# Bird Hunting, but only pointing Scat!



## k31shooter (Oct 24, 2012)

Hello All, I would like to start by talking a little about Maggie, my nearly 8 month old V. I have been working with a friend of mine who has been breeding, training, and campaining Brittany's for many years. He has been helping me introduce her to birds, hunting and gun shots. While training in his field, shot points like she has been doing it for years. I am working to associate my shotgun with her to hunting(she is beyond excited when i take the shotgun out). That all being said, I have taken her twice to State Stocked (Grouse, pheasant, and woodcock) lands while carrying my shotgun to "Hunt"/Train, but i am afraid that she has associated this with play/run time. 

Now before i go any further, i know she is still a puppy and this type of behavior is to be expected, but i am looking for some pointers as to how to reinforce positive hunting activity's. 

The 2 times that i have been out with her, she loves to run around and hasn't seemed to make the correlation that she is hunting. During the 2 hunts, there were multiple times that I felt that she was on a scent, her gait and body language changed, she she would either get sidetracked and come back to me OR she finds Deer Scat and tries to eat/roll in it. I know that the field is new and full of different scents, but i am looking for a way to get her pointed in the right direction Preferably at a bird and not scat. I am planning on taking a few of my own birds out and plant them in cover so i can work her around the area, but i was looking for some pointers from some of the longtime hunters/trainers out there for both myself (i am newer to upland hunting) and my pup Maggie. She also does not like going into anything other than the grass path, she will only follow me into any cover. I appreciate your help in advance!


----------



## texasred (Jan 29, 2012)

How much time did you spend letting her run in different fields? Just letting her explore what is going to be her world. It sounds like she is unsure of herself in new fields.
She may be catching cold scent and not actual birds. I haven't had pup that wouldn't venture out but your idea of planting some birds for her sounds like a good idea.
Maybe Ken with WillowyndRanch will see this post.


----------



## k31shooter (Oct 24, 2012)

Each trip was around 2 hours. As soon as she started to show fatigue was when we would leave. I am assuming that she doesn't like going Into cover because it is tall and she is on the smaller end of the spectrum, but maybe if there was scent she would go in. Who knows, I am going to rest her for a few days and try again soon.


----------



## R E McCraith (Nov 24, 2011)

K31 - buy 6-12 quail - set and mark them - in a field with no distractions - just you and the pup - that way you can control which direction the pup is going - be carefull or the pup thinks you are the bird finder - a few trips like this - you bond and the the pup knows he's hunting for you !


----------



## texasred (Jan 29, 2012)

Sorry I guess I didn't ask the question in the correct way?
I should have ask Have you been taking her to lots of different fields to explore or has she just been training in one field with you and your friend.
Size has nothing to do with going through cover. I own a 39 lbs soaking wet V that will attack cover.
Either she is unsure of the new area or (don't get upset) She is being over handled. I would put some birds out for her and just be quite in the field. Walk the areas that hold birds and let her find them. Then be quite. Don't rush in to flush, let her point as long as she will. Let her give chase if she wants to. When she comes back to you praise her, then walk and be quite. Your trying to get her bolder in the field. Once she gets the idea Were here to hunt birds, knock one or two down for her.


----------



## k31shooter (Oct 24, 2012)

Unfortunately, while training it all occurred in the same field, i knew it would cause trouble down the line but it was convenient for my friend to help me at his house. That is why I had the idea to plant birds in different fields to replicate her behavior in different places. As far as how long I was working her in different fields, it has only been the 2 times, that is why i am not too surprised by her behavior, and asking for pointers to correct it. It is all still new to her; the sights, sounds and smells of the new areas, but i will be trying again tonight. i hope that once she figures out that there are birds in the taller cover she will love exploring the cover.

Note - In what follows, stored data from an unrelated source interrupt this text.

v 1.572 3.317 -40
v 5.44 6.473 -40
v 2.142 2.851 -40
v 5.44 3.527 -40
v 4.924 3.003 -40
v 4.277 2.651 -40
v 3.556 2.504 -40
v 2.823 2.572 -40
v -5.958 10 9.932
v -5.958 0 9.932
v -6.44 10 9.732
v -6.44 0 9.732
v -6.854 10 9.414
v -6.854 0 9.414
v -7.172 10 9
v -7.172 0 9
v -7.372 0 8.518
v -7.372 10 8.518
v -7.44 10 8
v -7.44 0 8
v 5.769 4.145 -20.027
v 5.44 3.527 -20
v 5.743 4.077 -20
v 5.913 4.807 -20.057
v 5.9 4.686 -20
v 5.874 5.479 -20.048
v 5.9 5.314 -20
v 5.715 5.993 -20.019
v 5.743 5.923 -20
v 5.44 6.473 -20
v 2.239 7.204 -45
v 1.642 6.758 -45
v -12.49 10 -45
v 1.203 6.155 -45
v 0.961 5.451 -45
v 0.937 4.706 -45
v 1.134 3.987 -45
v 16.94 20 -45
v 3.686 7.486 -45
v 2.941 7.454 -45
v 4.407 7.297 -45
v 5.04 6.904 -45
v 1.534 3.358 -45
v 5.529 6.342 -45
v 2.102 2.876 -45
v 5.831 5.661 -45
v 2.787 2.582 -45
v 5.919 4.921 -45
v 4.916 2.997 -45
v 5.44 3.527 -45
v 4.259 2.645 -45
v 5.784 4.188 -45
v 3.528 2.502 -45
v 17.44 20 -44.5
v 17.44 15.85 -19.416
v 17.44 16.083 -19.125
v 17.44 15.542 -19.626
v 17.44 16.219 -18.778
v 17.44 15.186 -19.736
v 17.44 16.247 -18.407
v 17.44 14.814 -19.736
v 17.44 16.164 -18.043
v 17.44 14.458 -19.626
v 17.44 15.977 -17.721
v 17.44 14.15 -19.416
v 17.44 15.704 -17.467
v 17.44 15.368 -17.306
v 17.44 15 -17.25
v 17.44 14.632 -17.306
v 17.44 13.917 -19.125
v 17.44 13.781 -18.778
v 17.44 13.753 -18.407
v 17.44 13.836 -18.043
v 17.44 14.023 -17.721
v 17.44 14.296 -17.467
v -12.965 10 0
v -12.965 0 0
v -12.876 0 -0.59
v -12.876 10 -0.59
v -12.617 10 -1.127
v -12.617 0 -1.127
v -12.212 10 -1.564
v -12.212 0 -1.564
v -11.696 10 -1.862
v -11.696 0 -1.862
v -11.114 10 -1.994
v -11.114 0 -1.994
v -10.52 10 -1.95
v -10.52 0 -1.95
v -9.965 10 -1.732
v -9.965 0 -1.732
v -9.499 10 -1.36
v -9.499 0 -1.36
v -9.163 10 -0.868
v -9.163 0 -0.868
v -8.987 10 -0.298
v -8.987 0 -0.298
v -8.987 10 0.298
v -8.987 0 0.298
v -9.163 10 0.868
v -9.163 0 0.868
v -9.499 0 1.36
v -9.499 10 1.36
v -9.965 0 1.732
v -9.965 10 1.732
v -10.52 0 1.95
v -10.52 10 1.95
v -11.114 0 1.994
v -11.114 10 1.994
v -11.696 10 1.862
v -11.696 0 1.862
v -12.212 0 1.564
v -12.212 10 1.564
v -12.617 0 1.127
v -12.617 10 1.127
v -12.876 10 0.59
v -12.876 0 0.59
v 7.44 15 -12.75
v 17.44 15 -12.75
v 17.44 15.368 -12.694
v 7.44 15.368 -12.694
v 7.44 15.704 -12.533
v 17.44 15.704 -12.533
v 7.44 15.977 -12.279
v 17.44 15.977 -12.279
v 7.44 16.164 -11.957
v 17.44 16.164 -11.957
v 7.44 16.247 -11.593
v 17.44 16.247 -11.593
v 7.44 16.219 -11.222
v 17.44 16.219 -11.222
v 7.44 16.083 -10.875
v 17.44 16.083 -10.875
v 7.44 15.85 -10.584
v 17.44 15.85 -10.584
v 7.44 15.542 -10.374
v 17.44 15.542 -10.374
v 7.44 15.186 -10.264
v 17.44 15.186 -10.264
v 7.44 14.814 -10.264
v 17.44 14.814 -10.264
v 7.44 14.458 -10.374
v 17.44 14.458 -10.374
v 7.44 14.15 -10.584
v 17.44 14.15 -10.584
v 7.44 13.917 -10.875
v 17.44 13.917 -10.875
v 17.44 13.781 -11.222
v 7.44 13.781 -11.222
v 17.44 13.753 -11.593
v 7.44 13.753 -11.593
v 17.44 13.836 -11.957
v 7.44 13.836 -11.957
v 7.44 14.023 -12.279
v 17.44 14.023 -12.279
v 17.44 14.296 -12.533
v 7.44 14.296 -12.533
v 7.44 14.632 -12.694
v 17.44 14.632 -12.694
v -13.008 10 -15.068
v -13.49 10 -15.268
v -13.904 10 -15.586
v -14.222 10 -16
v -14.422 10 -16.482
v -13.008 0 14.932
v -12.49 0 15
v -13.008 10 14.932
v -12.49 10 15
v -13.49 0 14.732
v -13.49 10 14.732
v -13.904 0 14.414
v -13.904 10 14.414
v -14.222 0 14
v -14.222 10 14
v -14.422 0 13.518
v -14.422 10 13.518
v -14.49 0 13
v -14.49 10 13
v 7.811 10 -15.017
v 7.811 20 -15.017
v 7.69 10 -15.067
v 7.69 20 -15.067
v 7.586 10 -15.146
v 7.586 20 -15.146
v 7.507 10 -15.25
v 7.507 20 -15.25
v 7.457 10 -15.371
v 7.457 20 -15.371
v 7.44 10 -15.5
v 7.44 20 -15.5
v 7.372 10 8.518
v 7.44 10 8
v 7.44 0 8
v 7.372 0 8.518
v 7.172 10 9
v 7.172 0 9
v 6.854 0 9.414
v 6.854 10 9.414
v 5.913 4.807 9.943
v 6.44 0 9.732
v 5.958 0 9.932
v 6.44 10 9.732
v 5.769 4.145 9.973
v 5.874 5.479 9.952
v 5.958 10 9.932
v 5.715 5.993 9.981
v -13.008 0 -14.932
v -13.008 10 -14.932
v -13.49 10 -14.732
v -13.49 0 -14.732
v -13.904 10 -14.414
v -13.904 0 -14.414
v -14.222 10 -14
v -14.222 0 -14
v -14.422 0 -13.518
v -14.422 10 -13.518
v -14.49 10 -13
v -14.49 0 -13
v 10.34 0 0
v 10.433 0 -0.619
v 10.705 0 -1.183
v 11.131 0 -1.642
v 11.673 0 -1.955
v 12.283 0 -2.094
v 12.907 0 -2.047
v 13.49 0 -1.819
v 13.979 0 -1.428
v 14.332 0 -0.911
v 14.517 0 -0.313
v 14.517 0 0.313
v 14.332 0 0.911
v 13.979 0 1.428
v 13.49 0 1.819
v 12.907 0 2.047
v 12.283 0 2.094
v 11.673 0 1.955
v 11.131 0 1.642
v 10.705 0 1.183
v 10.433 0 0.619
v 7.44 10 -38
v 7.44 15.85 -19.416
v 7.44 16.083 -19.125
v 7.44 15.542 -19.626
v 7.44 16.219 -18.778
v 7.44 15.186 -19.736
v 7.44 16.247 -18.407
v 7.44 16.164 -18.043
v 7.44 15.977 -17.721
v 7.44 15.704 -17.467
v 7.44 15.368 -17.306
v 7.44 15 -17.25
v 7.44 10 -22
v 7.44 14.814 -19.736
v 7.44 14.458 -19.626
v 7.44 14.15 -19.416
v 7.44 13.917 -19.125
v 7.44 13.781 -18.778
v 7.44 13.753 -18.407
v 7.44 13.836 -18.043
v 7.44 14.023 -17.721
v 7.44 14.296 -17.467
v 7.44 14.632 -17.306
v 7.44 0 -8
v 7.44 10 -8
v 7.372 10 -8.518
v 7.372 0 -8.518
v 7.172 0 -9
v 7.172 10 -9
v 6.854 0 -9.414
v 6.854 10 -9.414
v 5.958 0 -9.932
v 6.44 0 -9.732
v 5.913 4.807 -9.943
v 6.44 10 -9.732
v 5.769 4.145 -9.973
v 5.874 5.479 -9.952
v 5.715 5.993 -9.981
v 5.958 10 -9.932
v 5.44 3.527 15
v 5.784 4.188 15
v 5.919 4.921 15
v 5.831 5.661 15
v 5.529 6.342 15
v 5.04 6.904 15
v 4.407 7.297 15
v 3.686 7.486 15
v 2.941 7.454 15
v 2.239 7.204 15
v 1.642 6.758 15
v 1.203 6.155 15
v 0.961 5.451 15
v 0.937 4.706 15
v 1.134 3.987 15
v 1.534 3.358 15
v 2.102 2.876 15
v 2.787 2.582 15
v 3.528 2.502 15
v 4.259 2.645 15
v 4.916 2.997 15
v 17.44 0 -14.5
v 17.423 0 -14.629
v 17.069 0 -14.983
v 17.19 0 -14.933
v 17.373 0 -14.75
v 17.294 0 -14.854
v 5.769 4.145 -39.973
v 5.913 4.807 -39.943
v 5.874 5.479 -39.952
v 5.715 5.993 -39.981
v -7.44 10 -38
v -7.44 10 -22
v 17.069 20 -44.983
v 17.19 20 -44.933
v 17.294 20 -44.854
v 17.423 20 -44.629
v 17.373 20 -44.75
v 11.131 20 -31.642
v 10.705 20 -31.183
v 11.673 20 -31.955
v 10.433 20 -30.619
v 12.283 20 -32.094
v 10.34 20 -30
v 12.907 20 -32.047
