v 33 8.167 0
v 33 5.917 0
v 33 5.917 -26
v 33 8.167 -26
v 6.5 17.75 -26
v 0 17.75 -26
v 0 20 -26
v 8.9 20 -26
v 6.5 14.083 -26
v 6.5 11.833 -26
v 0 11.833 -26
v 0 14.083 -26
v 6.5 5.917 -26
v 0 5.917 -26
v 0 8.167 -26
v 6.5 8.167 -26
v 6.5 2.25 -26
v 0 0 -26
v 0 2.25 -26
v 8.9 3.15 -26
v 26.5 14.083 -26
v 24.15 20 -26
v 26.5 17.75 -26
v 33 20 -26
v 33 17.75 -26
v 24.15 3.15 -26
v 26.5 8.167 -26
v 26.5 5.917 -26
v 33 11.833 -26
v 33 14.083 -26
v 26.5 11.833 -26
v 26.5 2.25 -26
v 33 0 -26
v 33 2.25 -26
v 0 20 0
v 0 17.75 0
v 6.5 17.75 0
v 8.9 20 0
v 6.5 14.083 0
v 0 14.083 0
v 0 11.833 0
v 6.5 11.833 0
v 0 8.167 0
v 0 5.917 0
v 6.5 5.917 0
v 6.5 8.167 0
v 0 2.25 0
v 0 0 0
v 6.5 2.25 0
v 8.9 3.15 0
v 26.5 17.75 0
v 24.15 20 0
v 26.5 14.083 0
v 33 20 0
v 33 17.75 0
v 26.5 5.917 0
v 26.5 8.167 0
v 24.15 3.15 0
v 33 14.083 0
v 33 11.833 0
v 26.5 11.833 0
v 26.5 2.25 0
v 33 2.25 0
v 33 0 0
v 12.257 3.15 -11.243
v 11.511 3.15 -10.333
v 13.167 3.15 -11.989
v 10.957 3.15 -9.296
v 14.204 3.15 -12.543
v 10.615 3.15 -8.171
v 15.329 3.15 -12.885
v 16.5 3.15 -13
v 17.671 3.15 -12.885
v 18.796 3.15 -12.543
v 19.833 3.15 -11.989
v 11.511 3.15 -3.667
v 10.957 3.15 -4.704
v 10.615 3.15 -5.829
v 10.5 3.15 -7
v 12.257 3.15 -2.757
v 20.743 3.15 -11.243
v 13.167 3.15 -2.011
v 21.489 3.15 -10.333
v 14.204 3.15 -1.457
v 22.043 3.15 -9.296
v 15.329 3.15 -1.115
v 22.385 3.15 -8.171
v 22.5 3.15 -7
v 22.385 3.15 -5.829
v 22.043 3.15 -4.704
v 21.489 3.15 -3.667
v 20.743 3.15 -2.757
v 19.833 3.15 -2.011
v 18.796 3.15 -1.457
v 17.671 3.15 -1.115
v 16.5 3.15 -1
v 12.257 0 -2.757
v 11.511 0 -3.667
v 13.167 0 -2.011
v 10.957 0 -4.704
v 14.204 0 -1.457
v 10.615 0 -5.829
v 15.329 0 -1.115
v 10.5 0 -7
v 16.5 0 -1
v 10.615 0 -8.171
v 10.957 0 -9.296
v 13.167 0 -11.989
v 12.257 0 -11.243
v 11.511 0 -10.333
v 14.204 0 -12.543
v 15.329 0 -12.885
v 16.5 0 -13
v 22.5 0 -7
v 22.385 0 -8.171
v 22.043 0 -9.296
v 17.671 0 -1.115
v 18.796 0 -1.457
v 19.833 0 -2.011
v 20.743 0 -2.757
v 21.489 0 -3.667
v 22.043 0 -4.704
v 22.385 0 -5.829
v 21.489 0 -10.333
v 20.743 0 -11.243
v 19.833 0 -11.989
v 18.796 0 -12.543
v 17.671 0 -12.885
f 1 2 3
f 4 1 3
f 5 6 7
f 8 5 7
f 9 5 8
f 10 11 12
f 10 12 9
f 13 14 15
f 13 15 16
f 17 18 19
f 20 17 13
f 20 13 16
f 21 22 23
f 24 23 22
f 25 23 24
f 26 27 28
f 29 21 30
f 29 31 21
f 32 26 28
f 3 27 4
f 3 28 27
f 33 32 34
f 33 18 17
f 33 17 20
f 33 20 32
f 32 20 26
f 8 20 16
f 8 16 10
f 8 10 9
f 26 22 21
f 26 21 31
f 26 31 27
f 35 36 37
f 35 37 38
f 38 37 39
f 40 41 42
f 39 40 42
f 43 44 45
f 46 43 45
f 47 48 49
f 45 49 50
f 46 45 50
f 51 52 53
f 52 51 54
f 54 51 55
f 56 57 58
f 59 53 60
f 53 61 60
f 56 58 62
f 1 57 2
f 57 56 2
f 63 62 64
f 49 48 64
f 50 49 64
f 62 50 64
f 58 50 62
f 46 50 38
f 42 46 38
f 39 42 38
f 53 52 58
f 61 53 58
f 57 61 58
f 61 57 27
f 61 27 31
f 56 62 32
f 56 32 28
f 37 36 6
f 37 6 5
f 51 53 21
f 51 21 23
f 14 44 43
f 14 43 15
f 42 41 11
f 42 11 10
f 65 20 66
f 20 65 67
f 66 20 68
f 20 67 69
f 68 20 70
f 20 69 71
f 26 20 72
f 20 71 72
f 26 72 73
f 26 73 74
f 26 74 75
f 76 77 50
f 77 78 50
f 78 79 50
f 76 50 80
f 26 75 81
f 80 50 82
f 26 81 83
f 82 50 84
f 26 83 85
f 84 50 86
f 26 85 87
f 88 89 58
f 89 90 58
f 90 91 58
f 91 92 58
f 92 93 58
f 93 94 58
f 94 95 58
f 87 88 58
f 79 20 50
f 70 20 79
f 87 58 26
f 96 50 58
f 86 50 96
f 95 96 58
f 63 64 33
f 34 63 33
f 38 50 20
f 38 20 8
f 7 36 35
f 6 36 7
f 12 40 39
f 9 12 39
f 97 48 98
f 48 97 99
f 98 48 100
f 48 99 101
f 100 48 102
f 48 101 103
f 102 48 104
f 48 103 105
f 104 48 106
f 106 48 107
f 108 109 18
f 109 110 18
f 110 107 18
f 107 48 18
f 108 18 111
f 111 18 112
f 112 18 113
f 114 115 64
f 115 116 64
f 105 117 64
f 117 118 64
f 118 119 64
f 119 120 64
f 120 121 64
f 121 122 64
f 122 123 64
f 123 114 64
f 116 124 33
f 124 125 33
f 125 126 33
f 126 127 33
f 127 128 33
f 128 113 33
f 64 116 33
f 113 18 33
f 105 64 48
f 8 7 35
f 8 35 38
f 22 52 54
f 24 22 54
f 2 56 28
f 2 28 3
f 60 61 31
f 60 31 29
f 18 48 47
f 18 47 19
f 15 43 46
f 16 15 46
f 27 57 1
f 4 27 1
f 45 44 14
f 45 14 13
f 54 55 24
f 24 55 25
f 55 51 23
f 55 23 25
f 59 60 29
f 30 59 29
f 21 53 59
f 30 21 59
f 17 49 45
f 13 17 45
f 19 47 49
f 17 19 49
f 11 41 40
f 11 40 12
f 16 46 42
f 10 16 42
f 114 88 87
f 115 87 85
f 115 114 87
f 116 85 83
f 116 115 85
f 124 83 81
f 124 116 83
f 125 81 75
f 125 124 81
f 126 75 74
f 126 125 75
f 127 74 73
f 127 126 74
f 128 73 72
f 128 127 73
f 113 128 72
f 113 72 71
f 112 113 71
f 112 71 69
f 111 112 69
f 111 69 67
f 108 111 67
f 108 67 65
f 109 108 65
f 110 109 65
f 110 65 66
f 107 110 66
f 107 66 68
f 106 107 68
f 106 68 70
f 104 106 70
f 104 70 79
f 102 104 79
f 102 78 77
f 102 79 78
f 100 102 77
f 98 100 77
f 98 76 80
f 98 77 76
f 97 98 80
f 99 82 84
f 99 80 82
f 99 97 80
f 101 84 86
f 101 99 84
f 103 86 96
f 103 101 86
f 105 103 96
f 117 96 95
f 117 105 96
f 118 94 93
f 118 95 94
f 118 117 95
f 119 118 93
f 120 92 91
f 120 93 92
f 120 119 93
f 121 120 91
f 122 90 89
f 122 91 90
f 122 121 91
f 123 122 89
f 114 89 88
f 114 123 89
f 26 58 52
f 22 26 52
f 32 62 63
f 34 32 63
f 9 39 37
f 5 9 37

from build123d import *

# Parameters (mm, degrees)
SKETCH1_W           = 33
SKETCH1_H           = 26
SKETCH1_R           = 6
BOSS_EXTRUDE1_DEPTH = 20
SKETCH2_W           = 6.5
SKETCH2_H           = 3.666666667
SKETCH2_H_2         = 3.666666666
SKETCH2_W_2         = 15.25
SKETCH2_H_3         = 16.85
CUT_EXTRUDE1_DEPTH  = 26


with BuildPart() as part:
    # Sketch1 → Boss-Extrude1 (new body)
    with BuildSketch(Plane(origin=(0, 0, 0), x_dir=(1, 0, 0), z_dir=(0, 1, 0))):
        with Locations((16.5, 13)):
            Rectangle(SKETCH1_W, SKETCH1_H)
        with Locations((16.5, 7)):
            Circle(SKETCH1_R, mode=Mode.SUBTRACT)
    extrude(amount=BOSS_EXTRUDE1_DEPTH)

    # Sketch2 → Cut-Extrude1 (cut)
    with BuildSketch(Plane.XY):
        with Locations((3.25, 4.083333334)):
            Rectangle(SKETCH2_W, SKETCH2_H)
        with Locations((3.25, 10)):
            Rectangle(SKETCH2_W, SKETCH2_H_2)
        with Locations((3.25, 15.916666666)):
            Rectangle(SKETCH2_W, SKETCH2_H)
        with Locations((29.75, 15.916666666)):
            Rectangle(SKETCH2_W, SKETCH2_H)
        with Locations((29.75, 10)):
            Rectangle(SKETCH2_W, SKETCH2_H_2)
        with Locations((29.75, 4.083333334)):
            Rectangle(SKETCH2_W, SKETCH2_H)
        with Locations((16.525, 11.575)):
            Rectangle(SKETCH2_W_2, SKETCH2_H_3)
    extrude(amount=-CUT_EXTRUDE1_DEPTH, mode=Mode.SUBTRACT)


solid = part.part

TexasRed, you had noted that she might be overhandled. By this do you mean that i might be over correcting her in the field? Or over handling her at home. While in the field i just let her run, with minimal correction and direction.

I should be picking up some birds after work today, so i will give that a try. I will post back with my results. I appreciate your help! Any other advice is welcomed by this Novice!


----------



## k31shooter (Oct 24, 2012)

Alright, I took Maggie out once again last night! I could only get my hands on some pigeons, so we worked with them. I first stated with a bird on a string to get the idea across, then continued to plant them in a field as she was running with my wife. Maggie found all of the birds, but never pointed one (i think it is time to step up to something the flushes better that pigeons). I took my first shot over her at towards the end of the night I was nervous, after all of the preparation and into to guns, I didn't want to mess up and make her shy. Flushed a pigeon, and Boom! dropped it! She was in chase about 7 yards when i shot, she stopped looked at me and continued on the the down bird and started playing with it! For the rest of the evening, she was busting cover on scents (never finding anything), and hunting! She still needs some work, holding points, ect, but i feel like she is trending in the correct direction! I appreciate the help from the forum!


----------



## texasred (Jan 29, 2012)

Sounds like she figured it out and starting hunting in the new field. With her stopping chase to look at you on gun fire. I would do some more intro work with her on it.
Stand farther away from her when she is giving chase and fire the gun. Your wanting her to not stop and look at you.
Don't shoot on every bird, so you can look for her reaction.
If your moving to fast she will anticipate the gunfire and stop even when you don't shoot.


----------